Diamonds are a kid’s best friend

2012-04-12 09:10

Njabulo Maphanga (11) is a self-confessed fan of diamonds.

But the youngster had never touched a gemstone before he attended the Junior Gemologist Programme held at Wits yesterday.

“I enjoyed seeing the gemstones because I’m a huge fan of diamonds. I draw them sometimes. I like that they are shiny and have many colours,” said the pupil from P.S. Tsosane Primary School in Johannesburg.

The programme, which was hosted internationally for the first time, was organised by the Gemological Institute of America (GIA) and introduced the 10- to 15-year-old pupils from P.S. Tsosane to the basics of gemology, the study of natural and synthetic gemstones.

“We aim to expose young people to the field of gemology,” said GIA president and CEO, Donna Baker.

“They may choose careers in gemology or they may purchase gemstones, so it’s important to understand gems,” she said.

The youngsters were informed about the science of gemology, which incorporates the fields of geology and mineralogy, during an hour-long lecture by the GIA product manager Andy Lucas, before getting an opportunity to handle real gems including quartz, fluorite, corundum and calcite.

Not having known about gemology previously, the programme has inspired Maphanga to want to venture into the field. “I now want to be a gemologist. I wanted to be a graphic designer before because I’m good at design. This is my first time learning about diamonds.”

A classmate, 13-year-old Tracy Nkosi, was also considering a career in the field after the programme.

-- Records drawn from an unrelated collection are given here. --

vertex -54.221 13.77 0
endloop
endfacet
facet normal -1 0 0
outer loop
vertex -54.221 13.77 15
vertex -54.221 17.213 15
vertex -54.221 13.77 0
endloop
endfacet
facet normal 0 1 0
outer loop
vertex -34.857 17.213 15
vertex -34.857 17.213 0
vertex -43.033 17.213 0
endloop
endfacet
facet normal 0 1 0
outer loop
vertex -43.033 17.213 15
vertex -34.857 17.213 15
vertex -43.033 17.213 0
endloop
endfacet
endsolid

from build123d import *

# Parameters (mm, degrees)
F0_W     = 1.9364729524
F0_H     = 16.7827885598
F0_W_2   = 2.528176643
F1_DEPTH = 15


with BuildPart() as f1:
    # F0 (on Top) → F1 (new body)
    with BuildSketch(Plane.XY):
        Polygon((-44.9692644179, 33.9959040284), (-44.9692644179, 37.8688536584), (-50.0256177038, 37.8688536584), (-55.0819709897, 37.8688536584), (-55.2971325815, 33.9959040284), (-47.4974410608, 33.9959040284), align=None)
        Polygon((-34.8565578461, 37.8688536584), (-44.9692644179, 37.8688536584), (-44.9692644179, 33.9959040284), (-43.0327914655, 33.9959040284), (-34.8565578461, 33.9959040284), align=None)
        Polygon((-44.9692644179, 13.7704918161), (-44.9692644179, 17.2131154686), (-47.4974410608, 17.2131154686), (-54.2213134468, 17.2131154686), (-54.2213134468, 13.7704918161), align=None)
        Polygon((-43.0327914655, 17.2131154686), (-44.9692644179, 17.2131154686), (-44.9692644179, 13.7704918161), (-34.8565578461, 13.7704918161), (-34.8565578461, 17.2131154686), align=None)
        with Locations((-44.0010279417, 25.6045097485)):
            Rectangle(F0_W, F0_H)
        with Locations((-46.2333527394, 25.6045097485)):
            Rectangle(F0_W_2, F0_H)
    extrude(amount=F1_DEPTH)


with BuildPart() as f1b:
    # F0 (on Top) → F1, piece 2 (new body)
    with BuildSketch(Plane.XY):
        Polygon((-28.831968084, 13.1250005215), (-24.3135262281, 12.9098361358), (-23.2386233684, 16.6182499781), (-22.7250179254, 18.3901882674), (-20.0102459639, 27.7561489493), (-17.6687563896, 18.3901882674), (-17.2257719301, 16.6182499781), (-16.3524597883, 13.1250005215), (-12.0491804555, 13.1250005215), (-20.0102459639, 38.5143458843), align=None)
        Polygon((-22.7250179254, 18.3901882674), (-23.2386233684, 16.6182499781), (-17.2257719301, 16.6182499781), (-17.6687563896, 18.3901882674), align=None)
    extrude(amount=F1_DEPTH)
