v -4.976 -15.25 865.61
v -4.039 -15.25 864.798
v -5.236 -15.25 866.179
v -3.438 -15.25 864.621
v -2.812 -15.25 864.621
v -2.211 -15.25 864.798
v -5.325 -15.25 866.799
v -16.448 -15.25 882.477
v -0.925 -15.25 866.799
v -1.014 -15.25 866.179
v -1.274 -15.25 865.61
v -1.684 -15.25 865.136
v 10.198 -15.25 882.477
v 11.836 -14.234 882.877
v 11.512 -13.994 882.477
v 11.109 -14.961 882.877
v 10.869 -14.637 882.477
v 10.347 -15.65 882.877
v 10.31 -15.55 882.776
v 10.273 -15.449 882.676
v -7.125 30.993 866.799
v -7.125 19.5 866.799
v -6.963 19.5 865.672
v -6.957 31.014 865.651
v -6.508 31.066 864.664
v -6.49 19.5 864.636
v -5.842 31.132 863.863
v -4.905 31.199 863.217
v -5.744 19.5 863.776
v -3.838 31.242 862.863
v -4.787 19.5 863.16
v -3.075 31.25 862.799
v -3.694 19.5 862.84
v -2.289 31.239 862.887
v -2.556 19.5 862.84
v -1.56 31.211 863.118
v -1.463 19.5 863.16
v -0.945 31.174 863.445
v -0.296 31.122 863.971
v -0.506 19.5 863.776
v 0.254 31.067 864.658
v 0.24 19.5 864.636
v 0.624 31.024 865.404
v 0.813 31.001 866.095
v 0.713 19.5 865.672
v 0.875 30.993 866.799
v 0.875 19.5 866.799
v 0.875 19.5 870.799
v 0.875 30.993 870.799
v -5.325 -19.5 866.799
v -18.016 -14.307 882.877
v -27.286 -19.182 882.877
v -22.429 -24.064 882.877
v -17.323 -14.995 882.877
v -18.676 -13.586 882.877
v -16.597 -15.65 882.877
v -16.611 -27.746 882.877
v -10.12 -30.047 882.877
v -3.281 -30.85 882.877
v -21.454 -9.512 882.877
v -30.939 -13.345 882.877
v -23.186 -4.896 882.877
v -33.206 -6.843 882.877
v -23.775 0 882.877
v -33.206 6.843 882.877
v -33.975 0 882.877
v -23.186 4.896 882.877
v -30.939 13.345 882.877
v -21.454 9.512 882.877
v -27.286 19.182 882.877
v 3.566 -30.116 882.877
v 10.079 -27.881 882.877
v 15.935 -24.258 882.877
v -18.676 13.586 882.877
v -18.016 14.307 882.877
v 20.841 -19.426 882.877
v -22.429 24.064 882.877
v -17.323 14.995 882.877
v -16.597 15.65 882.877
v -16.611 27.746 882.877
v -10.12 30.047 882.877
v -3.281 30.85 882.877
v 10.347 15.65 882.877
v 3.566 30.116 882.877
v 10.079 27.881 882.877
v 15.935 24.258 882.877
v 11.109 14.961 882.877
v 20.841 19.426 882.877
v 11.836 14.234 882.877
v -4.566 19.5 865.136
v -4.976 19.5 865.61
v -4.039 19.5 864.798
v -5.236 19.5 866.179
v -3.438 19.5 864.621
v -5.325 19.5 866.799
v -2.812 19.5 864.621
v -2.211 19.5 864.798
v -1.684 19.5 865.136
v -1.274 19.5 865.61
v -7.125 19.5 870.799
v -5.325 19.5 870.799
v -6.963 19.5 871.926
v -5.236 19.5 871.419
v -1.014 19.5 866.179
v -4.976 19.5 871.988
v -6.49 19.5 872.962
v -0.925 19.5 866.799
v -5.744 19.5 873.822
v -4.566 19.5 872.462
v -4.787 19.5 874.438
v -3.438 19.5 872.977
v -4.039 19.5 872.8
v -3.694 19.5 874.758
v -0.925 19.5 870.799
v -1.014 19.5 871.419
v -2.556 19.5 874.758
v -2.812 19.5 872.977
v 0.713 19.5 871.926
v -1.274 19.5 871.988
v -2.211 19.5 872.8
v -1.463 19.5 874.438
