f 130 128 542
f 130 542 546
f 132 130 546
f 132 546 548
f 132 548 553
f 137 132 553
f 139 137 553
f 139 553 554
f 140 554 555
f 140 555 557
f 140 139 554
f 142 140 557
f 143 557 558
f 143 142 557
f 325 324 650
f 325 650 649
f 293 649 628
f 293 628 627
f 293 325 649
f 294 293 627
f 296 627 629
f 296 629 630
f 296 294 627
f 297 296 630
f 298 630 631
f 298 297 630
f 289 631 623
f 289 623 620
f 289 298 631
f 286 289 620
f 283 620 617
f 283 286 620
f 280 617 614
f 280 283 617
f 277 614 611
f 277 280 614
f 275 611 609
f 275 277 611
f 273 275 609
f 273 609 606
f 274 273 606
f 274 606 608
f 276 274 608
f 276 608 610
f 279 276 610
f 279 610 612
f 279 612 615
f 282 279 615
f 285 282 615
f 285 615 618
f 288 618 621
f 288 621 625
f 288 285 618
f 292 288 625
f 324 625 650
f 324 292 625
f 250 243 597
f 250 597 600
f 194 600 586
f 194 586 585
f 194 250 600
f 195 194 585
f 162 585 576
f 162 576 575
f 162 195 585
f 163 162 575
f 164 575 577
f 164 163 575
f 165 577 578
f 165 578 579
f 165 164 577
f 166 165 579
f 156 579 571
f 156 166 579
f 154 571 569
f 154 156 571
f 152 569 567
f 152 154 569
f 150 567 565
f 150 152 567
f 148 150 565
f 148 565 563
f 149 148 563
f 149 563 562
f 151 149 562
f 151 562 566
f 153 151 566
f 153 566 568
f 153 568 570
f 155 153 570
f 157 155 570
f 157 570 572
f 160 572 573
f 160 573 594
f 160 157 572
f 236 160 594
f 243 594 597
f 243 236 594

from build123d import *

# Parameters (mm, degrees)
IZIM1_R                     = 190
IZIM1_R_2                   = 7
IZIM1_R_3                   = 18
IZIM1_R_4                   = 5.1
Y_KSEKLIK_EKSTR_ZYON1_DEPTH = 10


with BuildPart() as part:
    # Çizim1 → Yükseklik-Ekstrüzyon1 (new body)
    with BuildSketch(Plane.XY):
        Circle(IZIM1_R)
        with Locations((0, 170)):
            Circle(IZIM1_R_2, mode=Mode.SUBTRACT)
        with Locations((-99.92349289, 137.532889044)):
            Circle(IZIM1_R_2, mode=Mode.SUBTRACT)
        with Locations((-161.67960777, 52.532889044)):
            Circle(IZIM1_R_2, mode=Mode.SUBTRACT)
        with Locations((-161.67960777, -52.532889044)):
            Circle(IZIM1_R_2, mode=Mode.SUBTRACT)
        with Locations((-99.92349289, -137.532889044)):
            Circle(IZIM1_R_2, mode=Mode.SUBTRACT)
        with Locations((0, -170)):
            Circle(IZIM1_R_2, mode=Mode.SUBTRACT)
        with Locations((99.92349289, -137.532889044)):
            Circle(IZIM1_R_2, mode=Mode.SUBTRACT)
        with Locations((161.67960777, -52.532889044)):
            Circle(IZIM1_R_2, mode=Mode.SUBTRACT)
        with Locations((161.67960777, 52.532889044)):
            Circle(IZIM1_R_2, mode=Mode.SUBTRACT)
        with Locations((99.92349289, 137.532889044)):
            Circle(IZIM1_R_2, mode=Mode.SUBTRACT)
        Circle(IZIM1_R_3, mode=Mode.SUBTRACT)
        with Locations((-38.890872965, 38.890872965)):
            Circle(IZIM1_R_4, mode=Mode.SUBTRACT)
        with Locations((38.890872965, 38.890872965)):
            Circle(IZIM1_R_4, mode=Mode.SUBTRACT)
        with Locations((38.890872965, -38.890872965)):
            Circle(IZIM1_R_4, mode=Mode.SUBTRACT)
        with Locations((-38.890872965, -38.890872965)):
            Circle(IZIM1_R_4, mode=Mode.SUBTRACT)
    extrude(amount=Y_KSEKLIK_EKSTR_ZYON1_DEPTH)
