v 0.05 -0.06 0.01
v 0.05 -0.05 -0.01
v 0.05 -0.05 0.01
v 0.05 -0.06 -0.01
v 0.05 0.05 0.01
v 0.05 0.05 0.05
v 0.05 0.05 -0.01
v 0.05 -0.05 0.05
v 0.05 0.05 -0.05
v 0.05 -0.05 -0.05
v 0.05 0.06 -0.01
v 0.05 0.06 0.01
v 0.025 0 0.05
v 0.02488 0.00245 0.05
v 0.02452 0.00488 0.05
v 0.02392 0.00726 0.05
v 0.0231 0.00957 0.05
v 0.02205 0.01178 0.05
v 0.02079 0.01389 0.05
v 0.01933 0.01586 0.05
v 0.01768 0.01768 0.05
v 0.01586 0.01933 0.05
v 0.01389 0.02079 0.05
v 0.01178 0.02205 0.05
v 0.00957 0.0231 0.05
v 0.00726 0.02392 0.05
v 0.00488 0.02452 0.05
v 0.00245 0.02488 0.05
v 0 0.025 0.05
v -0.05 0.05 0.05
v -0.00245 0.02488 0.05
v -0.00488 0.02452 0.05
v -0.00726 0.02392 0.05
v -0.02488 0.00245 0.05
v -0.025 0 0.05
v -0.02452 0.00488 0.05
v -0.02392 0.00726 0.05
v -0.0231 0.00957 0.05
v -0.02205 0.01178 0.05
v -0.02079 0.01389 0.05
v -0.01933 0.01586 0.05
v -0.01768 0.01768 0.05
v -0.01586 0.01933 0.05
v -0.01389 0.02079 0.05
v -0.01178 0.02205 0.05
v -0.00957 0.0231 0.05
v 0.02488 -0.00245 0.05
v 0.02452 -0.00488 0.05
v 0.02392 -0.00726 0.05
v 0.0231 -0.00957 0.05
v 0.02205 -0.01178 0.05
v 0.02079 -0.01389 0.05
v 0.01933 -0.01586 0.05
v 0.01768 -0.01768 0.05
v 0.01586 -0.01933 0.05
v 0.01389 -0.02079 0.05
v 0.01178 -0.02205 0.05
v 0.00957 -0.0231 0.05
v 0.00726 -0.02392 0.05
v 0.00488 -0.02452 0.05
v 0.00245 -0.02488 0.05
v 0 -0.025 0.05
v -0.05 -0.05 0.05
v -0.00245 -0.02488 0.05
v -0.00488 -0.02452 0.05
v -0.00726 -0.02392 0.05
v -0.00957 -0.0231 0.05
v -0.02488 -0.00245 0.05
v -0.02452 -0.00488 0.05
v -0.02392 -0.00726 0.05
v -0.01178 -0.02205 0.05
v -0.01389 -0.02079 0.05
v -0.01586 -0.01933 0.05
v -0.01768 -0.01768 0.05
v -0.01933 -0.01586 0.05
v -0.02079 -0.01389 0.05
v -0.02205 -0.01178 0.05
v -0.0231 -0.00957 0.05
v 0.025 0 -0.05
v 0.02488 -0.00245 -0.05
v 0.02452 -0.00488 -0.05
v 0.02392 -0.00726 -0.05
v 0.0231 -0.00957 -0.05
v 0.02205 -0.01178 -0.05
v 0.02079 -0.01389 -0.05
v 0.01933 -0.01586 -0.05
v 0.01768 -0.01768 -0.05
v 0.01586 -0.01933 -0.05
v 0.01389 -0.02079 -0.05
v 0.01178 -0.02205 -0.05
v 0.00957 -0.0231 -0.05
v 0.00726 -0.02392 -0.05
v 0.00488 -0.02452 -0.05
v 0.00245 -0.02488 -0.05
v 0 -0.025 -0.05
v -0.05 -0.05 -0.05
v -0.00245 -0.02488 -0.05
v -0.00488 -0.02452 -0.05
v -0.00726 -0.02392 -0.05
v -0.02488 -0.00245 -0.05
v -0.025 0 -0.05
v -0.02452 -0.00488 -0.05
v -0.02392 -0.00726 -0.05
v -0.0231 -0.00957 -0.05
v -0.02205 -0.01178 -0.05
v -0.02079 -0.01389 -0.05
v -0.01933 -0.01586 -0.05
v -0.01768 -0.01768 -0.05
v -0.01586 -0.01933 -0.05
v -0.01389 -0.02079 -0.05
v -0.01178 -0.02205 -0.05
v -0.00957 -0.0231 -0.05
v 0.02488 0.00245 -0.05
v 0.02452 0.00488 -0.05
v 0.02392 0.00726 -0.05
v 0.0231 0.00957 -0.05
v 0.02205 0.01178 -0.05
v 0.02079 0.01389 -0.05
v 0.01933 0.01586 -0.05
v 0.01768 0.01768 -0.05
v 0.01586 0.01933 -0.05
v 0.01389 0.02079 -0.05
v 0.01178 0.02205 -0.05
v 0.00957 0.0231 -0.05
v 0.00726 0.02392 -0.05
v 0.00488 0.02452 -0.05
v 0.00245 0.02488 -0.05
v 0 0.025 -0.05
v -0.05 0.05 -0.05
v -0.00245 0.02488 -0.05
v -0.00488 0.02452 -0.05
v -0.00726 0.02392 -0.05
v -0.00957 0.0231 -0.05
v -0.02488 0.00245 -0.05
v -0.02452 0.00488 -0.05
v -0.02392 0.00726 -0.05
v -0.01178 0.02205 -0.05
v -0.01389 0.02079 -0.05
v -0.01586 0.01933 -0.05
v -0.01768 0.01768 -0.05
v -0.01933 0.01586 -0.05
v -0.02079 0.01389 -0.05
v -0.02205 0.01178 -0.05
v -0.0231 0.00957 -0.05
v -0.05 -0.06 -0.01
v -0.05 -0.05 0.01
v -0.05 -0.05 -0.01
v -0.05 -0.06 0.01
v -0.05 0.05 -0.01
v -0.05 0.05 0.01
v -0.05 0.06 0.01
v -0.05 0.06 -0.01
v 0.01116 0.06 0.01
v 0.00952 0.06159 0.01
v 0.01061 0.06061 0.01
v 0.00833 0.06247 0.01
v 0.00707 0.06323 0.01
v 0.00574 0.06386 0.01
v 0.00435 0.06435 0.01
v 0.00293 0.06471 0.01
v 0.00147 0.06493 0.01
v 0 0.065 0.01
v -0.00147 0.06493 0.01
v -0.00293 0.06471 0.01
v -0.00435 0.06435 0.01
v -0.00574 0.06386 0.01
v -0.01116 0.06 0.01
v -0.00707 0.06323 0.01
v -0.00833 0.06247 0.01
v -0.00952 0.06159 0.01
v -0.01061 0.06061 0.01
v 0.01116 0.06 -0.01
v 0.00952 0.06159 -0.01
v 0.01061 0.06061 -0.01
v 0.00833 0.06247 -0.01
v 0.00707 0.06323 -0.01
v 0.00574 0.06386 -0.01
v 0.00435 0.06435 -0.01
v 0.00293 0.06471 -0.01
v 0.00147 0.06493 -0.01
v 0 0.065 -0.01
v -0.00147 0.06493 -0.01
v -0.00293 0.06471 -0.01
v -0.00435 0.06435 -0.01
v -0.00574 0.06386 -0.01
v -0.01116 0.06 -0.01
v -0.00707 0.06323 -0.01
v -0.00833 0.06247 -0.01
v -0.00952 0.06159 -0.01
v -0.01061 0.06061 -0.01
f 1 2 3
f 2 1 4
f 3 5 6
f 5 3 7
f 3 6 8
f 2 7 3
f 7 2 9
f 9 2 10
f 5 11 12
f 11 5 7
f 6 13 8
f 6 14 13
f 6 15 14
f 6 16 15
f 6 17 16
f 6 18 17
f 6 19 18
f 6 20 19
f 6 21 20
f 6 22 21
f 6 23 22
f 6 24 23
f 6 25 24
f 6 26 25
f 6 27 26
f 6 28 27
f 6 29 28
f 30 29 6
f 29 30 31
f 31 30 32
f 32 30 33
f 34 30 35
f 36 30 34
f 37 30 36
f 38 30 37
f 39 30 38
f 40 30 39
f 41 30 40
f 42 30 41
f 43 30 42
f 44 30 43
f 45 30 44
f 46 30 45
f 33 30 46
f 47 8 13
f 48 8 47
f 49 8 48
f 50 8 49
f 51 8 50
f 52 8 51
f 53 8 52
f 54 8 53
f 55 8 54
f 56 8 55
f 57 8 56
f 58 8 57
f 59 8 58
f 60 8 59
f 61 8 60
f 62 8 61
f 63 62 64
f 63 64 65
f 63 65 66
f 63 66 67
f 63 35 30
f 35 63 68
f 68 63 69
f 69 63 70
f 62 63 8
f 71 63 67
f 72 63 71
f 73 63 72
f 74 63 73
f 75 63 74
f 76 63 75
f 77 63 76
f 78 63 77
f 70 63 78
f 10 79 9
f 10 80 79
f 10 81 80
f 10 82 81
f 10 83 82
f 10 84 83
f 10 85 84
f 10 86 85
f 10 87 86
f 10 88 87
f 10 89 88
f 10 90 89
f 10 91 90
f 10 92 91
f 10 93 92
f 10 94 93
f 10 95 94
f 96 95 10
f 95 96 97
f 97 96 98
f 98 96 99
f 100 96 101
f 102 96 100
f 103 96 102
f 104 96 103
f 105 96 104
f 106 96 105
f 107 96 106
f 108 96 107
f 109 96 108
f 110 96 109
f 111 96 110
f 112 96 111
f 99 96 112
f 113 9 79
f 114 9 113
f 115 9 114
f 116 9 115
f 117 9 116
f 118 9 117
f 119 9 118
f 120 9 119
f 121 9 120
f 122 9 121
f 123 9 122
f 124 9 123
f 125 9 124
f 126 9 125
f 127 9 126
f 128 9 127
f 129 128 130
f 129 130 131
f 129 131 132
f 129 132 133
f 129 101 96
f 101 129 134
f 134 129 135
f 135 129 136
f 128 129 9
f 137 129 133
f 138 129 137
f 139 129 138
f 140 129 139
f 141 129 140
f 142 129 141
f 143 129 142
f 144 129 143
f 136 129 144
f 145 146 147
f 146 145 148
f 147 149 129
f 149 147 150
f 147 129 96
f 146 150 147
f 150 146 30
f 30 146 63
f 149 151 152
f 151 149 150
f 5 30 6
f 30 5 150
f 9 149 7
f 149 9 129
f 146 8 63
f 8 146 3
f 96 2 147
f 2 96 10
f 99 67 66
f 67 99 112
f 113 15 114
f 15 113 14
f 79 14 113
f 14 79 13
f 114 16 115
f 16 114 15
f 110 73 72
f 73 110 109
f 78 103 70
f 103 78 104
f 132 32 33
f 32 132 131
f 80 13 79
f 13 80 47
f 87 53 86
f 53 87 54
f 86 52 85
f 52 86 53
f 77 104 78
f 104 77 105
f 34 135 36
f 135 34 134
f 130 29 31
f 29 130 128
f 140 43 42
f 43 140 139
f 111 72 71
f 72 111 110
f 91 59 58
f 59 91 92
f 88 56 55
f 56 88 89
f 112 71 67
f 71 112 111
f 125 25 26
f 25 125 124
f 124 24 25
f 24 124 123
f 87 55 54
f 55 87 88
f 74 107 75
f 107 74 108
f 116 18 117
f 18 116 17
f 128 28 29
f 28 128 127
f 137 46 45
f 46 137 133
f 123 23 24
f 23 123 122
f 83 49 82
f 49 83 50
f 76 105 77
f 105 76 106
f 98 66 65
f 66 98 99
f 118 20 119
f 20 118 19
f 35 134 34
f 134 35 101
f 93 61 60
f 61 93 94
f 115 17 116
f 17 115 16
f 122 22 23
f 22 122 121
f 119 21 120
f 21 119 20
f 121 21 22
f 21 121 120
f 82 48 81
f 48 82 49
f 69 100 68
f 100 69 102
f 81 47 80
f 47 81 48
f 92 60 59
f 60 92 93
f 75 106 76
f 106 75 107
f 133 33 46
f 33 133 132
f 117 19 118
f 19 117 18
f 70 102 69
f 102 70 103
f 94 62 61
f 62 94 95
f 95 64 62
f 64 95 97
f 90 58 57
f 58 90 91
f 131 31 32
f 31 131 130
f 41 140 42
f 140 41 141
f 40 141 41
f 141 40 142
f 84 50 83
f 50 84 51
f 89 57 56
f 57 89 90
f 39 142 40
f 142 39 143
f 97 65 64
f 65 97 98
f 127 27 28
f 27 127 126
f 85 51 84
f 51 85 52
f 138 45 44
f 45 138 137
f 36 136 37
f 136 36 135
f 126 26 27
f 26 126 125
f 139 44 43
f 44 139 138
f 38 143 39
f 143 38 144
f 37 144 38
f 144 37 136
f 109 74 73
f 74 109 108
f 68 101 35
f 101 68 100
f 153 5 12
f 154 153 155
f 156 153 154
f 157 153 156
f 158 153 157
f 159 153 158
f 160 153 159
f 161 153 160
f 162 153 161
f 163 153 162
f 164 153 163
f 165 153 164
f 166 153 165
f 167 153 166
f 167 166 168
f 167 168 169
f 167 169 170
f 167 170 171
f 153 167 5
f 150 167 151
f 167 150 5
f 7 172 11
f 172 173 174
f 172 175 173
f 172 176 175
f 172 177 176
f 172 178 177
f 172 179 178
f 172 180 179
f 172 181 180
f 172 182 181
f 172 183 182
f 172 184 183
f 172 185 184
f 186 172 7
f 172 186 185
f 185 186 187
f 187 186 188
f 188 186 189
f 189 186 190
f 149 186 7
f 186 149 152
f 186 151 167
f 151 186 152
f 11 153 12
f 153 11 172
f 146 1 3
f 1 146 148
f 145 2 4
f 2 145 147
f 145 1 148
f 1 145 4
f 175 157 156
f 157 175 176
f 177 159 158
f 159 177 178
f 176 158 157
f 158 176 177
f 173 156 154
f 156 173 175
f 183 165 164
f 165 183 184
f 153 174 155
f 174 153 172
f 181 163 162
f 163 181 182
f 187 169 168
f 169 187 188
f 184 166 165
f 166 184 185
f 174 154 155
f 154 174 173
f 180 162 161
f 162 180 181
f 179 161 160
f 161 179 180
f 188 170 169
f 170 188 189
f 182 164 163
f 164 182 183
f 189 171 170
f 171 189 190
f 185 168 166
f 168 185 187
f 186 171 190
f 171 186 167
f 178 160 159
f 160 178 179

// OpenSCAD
module housing() {
    difference() {
        // Main block
        cube([0.1, 0.1, 0.1], center=true);
        
        // Through-bore
        translate([0, 0, -0.05])
            cylinder(h=0.2, d=0.05, $fn=64, center=true);
    }
}

module boss() {
    translate([0, 0.05, 0])
        cylinder(h=0.02, d=0.03, $fn=64, center=true);
}

module tabs() {
    union() {
        // Top tab
        translate([0, 0.05, 0])
            cube([0.1, 0.02, 0.02], center=true);
        
        // Bottom tab
        translate([0, -0.05, 0])
            cube([0.1, 0.02, 0.02], center=true);
    }
}

union() {
    housing();
    boss();
    tabs();
}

“I enjoyed my day. I learned so much about gemology and geology. I’m interested in geology because it’s the subject I understood most,” she said. Nkosi had previously wanted to be an artist.

Also in attendance was Banyana Moloisane, the chief diamond inspector at the South African Diamonds and Precious Metals Regulator.

“This was an opportunity for the young kids. They need to be exposed – most think it’s only certain people, especially white people, who can be exposed (to such fields),” she said.

Training in the field can be costly, with some programmes costing as much as R70 000.

Baker, however, says the field is not elitist.

“People from all walks of life wear ... and celebrate important moments in their lives through jewellery.

Gemology is a science and the science is not elitist. Our curriculum is expensive, but there are funds available to study,” she said, referring to the grants offered by the institute.

Baker says she hopes demand for the programme, which is hosted free of charge by the non-profit, grows.

“We would love to have as many primary schools interested in this programme participate. It’s a great programme that’s part of the curriculum.”

Citing a reason for joining the industry, Moloisane said: “The most exciting thing about this industry is that you see different things every day. It’s always a challenge.”

The GIA also offers programmes in the US and Botswana.